Media companies could get ahead of any broader decline, cable-TV
executives say, by changing their model of selling full bundles of
channels to operators, and instead selling just their popular channels
in smaller bundles or on an a la carte basis---something they have so
far resisted doing.
Many small operators are cutting back on expensive TV channels they
don't view as vital to include in their packages, as Suddenlink says
it is planning to do. Earlier this year, providers representing some
900,000 households opted out of an NCTC-brokered carriage deal with
Viacom, choosing instead to drop its channels.
Those operators had braced to lose as much as 10% of their customers,
but overall they have lost less than 2% of their base, according to
the NCTC.
Mr. Fickle says other members are emboldened by the Viacom episode and
may take a similar approach in deals with big programmers that are
coming up for renewal with the NCTC, if the terms don't make sense for
them.
Operators' shift away from TV could accelerate if more customers fed
up with rising bills "cut the cord" themselves. Last year, the pay TV
industry contracted for the first time, losing 167,000 customers as
people disconnected service, according to MoffettNathanson research.

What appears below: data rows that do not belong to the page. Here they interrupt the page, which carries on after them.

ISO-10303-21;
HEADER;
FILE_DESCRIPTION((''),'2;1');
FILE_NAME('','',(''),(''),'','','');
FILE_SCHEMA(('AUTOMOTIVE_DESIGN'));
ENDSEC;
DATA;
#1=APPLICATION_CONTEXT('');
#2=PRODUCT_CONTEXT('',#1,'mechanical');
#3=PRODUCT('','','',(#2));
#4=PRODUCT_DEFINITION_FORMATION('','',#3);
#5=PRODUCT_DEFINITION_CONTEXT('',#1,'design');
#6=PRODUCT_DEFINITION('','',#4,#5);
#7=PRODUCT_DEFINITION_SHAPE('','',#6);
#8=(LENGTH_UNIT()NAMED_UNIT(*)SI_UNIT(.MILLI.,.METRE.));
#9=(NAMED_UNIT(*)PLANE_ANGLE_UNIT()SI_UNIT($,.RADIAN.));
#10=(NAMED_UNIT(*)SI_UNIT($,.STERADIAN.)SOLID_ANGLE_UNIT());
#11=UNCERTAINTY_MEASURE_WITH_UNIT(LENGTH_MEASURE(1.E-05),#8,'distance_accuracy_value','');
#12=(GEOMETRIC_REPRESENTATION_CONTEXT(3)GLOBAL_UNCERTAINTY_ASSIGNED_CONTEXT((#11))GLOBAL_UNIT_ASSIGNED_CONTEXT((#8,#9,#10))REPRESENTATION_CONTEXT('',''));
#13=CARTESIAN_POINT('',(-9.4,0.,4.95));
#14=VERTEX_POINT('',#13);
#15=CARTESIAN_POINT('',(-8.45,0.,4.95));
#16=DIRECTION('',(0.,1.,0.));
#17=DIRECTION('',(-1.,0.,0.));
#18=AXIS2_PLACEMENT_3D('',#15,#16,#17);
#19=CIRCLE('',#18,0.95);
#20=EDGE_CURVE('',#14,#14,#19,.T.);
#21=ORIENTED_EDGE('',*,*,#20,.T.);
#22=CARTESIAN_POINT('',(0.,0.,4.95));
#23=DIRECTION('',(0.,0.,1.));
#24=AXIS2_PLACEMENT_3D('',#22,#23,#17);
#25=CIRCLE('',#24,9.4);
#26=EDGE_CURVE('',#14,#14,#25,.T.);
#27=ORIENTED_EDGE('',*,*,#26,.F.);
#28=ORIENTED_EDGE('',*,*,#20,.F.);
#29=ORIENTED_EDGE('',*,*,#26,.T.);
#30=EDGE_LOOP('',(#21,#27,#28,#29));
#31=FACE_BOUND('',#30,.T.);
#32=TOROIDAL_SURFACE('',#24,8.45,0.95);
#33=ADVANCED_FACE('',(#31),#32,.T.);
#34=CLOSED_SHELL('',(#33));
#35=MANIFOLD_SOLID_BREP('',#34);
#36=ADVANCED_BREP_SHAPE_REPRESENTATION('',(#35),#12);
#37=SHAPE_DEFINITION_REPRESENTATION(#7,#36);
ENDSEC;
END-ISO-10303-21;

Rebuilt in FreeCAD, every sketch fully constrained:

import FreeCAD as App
import Part
import Sketcher
from FreeCAD import Vector
Q = App.Units.Quantity

doc = App.newDocument("Part")
body = doc.addObject("PartDesign::Body", "Body")

sketch1 = body.newObject("Sketcher::SketchObject", "Sketch")
sketch1.AttachmentSupport = (doc.getObject("XZ_Plane"), [""])
sketch1.MapMode = "FlatFace"
sketch1.addGeometry(Part.Circle(Vector(-8.4, 5, 0), Vector(0, 0, 1), 0.9), False)
sketch1.addConstraint(Sketcher.Constraint("Diameter", 0, Q("1.9 mm")))
sketch1.addConstraint(Sketcher.Constraint("DistanceX", 0, 3, -1, 1, Q("8.45 mm")))
sketch1.addConstraint(Sketcher.Constraint("DistanceY", -1, 1, 0, 3, Q("4.95 mm")))
revolution = body.newObject("PartDesign::Revolution", "Revolution")
revolution.Profile = sketch1
revolution.ReferenceAxis = (sketch1, ["V_Axis"])
revolution.Angle = 360

doc.recompute()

Several small operators believe the pay-TV model will splinter and
reset itself online, with TV channels and big distributors such as
Comcast or Dish Network Corp. selling programming directly to
consumers through apps, much like Netflix does today.
Such a reality has long been considered a threat, but executives like
Steve Weed, CEO of WaveDivision Holdings LLC, a West Coast cable
company, envision a new business opportunity for small cable operators
to supply customers with Web TV boxes and manage a storefront of
streaming-video apps.
Dealing with customer complaints about TV service---which account for
most service calls---would be a thing of the past. "We'll go from
being the bad guy to the good guy," Mr. Weed said.